-- The task --
Nothing but the lines below between the line holding "f 382 380 383" and the line holding "f 209 20 208", inclusive, should appear in the answer, each set down exactly.

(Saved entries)
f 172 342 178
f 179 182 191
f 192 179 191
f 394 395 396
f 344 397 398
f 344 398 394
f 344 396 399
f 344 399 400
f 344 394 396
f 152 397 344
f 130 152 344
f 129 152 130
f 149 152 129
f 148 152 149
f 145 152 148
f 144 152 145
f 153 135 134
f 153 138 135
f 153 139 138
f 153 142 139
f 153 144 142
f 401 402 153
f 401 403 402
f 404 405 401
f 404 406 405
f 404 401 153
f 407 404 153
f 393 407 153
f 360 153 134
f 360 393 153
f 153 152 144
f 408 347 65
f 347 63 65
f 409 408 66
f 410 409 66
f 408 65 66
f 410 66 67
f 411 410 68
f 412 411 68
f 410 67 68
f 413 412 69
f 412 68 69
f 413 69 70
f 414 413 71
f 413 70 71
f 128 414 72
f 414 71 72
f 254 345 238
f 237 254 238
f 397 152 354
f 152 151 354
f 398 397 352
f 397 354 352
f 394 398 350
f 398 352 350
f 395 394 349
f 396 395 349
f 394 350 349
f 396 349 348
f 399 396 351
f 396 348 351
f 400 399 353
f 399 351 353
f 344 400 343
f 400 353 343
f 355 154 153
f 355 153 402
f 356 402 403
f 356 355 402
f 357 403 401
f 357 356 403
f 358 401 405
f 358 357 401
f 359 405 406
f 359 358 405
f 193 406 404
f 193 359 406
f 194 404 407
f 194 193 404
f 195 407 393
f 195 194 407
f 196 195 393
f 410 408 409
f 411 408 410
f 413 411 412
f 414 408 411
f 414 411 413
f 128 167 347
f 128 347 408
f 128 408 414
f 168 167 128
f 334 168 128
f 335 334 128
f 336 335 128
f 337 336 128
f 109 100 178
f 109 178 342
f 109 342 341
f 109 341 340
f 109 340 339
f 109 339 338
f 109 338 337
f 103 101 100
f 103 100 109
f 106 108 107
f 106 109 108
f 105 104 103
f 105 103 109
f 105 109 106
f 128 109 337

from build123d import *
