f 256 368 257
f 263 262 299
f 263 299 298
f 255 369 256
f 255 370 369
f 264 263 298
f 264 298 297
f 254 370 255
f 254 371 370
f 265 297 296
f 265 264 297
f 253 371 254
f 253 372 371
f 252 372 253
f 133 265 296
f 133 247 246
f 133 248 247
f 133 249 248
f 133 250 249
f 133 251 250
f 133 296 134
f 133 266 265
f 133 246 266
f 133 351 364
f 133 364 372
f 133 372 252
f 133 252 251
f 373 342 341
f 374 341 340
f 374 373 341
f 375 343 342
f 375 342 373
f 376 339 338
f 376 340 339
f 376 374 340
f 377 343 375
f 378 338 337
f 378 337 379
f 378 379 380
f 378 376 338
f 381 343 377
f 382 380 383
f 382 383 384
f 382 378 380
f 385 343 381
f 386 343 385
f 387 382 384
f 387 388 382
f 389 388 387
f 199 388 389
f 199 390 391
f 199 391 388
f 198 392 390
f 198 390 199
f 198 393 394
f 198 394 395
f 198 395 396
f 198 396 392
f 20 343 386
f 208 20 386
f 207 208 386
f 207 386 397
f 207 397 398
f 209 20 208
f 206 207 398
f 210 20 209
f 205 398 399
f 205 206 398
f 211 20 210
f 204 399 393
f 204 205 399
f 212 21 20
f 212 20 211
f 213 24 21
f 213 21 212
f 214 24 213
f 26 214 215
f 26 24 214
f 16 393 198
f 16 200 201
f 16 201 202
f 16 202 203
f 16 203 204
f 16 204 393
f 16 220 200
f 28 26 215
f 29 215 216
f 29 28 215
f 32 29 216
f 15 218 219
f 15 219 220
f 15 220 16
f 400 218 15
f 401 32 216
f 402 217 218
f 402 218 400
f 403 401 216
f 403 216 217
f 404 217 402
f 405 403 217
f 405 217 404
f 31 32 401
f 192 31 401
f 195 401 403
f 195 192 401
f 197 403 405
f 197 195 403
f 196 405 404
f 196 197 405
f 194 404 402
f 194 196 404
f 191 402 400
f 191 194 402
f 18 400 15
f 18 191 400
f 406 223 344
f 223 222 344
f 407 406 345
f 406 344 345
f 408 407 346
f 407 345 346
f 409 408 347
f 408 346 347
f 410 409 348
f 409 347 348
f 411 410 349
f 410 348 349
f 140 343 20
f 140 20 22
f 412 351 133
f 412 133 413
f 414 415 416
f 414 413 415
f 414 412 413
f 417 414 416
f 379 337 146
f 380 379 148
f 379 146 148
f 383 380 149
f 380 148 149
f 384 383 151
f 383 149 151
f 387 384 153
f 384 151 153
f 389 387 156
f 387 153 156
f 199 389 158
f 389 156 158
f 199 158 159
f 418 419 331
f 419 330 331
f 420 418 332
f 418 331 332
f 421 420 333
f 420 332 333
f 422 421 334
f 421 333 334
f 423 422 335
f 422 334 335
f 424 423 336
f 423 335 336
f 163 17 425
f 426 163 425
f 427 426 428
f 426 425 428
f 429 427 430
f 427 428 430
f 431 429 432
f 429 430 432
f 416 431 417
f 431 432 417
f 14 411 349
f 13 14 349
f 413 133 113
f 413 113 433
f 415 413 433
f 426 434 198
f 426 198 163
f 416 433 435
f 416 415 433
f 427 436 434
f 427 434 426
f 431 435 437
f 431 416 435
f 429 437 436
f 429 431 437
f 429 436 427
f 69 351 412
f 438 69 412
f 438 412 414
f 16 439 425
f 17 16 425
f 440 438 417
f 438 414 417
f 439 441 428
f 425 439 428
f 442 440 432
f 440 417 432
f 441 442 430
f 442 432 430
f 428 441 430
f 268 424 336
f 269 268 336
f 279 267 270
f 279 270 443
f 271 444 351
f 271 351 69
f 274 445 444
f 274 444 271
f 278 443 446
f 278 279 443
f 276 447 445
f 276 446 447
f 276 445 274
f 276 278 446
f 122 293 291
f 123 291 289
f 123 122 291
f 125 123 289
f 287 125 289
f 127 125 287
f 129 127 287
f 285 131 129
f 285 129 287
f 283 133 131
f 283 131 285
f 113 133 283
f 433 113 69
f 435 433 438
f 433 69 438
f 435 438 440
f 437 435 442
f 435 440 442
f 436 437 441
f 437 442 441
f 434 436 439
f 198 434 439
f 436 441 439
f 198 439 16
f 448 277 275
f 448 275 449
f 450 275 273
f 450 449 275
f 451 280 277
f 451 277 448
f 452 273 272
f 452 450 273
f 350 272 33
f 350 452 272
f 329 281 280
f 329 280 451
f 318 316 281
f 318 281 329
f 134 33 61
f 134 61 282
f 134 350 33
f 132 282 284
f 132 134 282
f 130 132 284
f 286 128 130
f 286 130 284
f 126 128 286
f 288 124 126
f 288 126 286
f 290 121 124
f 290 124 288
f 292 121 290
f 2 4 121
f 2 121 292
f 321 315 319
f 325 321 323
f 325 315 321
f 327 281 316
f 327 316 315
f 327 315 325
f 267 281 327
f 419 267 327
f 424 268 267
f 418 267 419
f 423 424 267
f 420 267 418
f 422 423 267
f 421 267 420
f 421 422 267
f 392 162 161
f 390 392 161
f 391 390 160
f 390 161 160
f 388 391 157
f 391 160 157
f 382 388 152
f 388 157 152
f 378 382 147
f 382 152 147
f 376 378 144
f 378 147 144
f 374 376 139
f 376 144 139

-- Completed exercise --
f 382 380 383
f 382 383 384
f 382 378 380
f 385 343 381
f 386 343 385
f 387 382 384
f 387 388 382
f 389 388 387
f 199 388 389
f 199 390 391
f 199 391 388
f 198 392 390
f 198 390 199
f 198 393 394
f 198 394 395
f 198 395 396
f 198 396 392
f 20 343 386
f 208 20 386
f 207 208 386
f 207 386 397
f 207 397 398
f 209 20 208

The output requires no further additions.